The surgical intervention on 261 ureterovesicular segments was performed in 202 patients aged 3 months-14 years. All the patients presented with megaureter varying in forms: refluxing megaureter (147 cases), nonrefluxing megaureter (94 cases), megaureter with ureterocele (20 cases). Histological investigations demonstrated congenital structural changes of the same type to be a morphological basis of diverse megaureter forms. These structural changes involved muscular and connective tissue elements of the ureteral wall. Being qualitatively continual, the components varied in quantity thus producing different maldevelopments. Urodynamic dysfunctions depended on ureteral dysplasia severity and form. Clear-cut outlines in the x-ray image of the refluxing, nonrefluxing and megaureter with ureterocele resulted from the condition and structure of the ostium ureteris and its submucosal segment. The same pathogenetic origin of megaureter forms gave grounds for conducting operations of the same type, resection of the defective ureter along with the ostium and its replacement for a morphofunctionally competent segment with formation of another ostium.
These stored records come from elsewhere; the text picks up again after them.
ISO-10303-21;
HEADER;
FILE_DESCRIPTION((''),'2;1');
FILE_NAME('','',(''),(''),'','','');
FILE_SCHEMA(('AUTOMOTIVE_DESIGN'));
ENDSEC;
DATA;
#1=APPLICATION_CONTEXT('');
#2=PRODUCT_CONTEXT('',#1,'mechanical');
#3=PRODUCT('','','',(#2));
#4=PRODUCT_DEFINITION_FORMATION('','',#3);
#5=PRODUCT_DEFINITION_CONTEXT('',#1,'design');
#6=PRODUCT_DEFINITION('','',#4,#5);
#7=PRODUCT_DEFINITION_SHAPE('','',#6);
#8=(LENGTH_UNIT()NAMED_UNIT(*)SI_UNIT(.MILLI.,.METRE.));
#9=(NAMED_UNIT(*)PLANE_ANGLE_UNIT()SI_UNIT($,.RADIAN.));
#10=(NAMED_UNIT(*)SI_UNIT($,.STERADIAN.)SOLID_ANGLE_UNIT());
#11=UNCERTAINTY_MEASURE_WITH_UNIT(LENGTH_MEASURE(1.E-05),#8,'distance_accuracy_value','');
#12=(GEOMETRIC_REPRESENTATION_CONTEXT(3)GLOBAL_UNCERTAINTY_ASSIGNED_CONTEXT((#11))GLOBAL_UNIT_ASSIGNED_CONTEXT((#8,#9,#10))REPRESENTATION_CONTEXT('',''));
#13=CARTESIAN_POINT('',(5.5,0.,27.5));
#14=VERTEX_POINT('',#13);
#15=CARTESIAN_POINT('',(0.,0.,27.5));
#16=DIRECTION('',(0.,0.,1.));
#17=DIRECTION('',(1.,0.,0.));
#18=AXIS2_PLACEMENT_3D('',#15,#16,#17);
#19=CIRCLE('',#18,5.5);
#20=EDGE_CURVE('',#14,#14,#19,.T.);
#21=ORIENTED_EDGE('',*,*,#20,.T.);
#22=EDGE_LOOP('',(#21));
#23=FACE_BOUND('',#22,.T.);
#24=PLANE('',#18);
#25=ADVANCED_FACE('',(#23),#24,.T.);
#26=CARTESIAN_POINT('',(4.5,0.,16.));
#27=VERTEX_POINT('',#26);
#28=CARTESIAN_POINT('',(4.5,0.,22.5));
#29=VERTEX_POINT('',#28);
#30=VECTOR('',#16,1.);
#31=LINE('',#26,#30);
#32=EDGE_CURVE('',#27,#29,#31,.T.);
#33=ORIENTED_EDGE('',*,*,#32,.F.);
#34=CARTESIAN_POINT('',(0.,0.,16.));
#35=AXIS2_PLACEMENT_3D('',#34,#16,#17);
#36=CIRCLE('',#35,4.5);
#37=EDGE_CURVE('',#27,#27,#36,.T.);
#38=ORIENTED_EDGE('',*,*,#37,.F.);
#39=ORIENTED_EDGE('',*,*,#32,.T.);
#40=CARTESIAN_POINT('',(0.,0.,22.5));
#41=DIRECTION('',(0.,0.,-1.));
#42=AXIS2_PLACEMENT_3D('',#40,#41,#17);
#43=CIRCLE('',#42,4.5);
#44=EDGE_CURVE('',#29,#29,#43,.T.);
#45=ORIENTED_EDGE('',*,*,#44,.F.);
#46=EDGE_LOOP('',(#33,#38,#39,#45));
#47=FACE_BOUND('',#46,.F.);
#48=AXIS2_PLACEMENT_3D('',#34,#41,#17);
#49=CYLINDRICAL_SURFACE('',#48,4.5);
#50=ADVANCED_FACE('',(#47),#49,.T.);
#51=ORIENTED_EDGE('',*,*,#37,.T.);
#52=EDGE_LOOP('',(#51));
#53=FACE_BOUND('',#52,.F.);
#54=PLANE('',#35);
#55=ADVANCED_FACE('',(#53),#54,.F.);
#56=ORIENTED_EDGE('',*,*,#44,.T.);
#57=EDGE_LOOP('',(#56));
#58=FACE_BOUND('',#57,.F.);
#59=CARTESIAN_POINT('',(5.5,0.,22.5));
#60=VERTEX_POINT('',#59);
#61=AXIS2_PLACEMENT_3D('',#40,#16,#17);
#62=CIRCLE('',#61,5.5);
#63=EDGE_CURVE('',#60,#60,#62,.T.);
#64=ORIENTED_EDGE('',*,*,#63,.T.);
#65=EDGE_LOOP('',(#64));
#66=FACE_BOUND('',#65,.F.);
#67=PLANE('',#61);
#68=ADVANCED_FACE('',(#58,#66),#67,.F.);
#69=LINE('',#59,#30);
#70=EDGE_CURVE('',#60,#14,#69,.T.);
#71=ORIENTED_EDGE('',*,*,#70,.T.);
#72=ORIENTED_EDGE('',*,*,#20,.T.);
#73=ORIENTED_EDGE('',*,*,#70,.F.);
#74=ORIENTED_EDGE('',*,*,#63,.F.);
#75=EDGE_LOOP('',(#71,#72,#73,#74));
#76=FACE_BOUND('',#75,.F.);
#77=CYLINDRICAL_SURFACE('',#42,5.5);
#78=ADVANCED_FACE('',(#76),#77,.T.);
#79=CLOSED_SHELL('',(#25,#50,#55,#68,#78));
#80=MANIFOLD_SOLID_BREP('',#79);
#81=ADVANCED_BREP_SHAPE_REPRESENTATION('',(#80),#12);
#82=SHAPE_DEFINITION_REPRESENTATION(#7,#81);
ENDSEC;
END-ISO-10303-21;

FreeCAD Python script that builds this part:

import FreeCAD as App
import Part
import Sketcher
from FreeCAD import Vector
Q = App.Units.Quantity

doc = App.newDocument("Part")
params = doc.addObject("Spreadsheet::Sheet", "Params")
for row, (alias, value) in enumerate([
    ("sketch1_diameter", "11 mm"),
    ("pad1_length", "5 mm"),
    ("sketch2_diameter", "9 mm"),
    ("pad2_length", "6.6 mm"),
], start=1):
    params.set(f"A{row}", alias)
    params.set(f"B{row}", "=" + value)
    params.setAlias(f"B{row}", alias)

body = doc.addObject("PartDesign::Body", "Body")

# Sketch on XY plane
sketch1 = doc.addObject("Sketcher::SketchObject", "Sketch")
body.addObject(sketch1)
sketch1.AttachmentSupport = (doc.XY_Plane, [""])
sketch1.MapMode = "FlatFace"
sketch1.AttachmentOffset = App.Placement(Vector(0, 0, -2.5), App.Rotation())
sketch1.addGeometry(Part.Circle(Vector(0, 0, 0), Vector(0, 0, 1), 6), False)
sketch1.addConstraint([
    Sketcher.Constraint("Coincident", 0, 3, -1, 1),
    Sketcher.Constraint("Diameter", 0, Q("11 mm")),
])
sketch1.setExpression("Constraints[1]", "Params.sketch1_diameter")
pad1 = doc.addObject("PartDesign::Pad", "Pad")
body.addObject(pad1)
pad1.Profile = sketch1
pad1.setExpression("Length", "Params.pad1_length")
body2 = doc.addObject("PartDesign::Body", "Body001")

# Sketch on XY plane
sketch2 = doc.addObject("Sketcher::SketchObject", "Sketch001")
body2.addObject(sketch2)
sketch2.AttachmentSupport = (doc.getObject("XY_Plane001"), [""])
sketch2.MapMode = "FlatFace"
sketch2.AttachmentOffset = App.Placement(Vector(0, 0, -9), App.Rotation())
sketch2.addGeometry(Part.Circle(Vector(0, 0, 0), Vector(0, 0, 1), 4.5), False)
sketch2.addConstraint([
    Sketcher.Constraint("Coincident", 0, 3, -1, 1),
    Sketcher.Constraint("Diameter", 0, Q("9 mm")),
])
sketch2.setExpression("Constraints[1]", "Params.sketch2_diameter")
pad2 = doc.addObject("PartDesign::Pad", "Pad001")
body2.addObject(pad2)
pad2.Profile = sketch2
pad2.setExpression("Length", "Params.pad2_length")
doc.recompute()

boolean = doc.addObject("PartDesign::Boolean", "Boolean")
body2.addObject(boolean)
boolean.Type = "Fuse"
boolean.addObjects([body])
body3 = doc.addObject("PartDesign::Body", "Body002")
doc.recompute()

body2.Placement = App.Placement(Vector(0, 0, 25), App.Rotation(Vector(0, 0, 1), 0))
boolean2 = doc.addObject("PartDesign::Boolean", "Boolean001")
body3.addObject(boolean2)
boolean2.Type = "Fuse"
boolean2.addObjects([body2])

doc.recompute()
The response to the surgery was assessed in 196 patients (249 ureters). The follow-up lasted from 1.5 to 22 years. Good responses were achieved in 90%, satisfactory in 3.2%, poor in 6.8% of the surgical patients. High efficacy of the operation says in favour of its pathogenetic validity. The megaureter correction created favourable conditions for renal growth and development. However, in 7 cases the improvement has changed for progressive nephrosclerosis with decline in the organ function or arterial hypertension. The ureter in such cases was in stable good condition. The above observations suggest the necessity of further investigations of this problem and continuation of the patients' follow-up.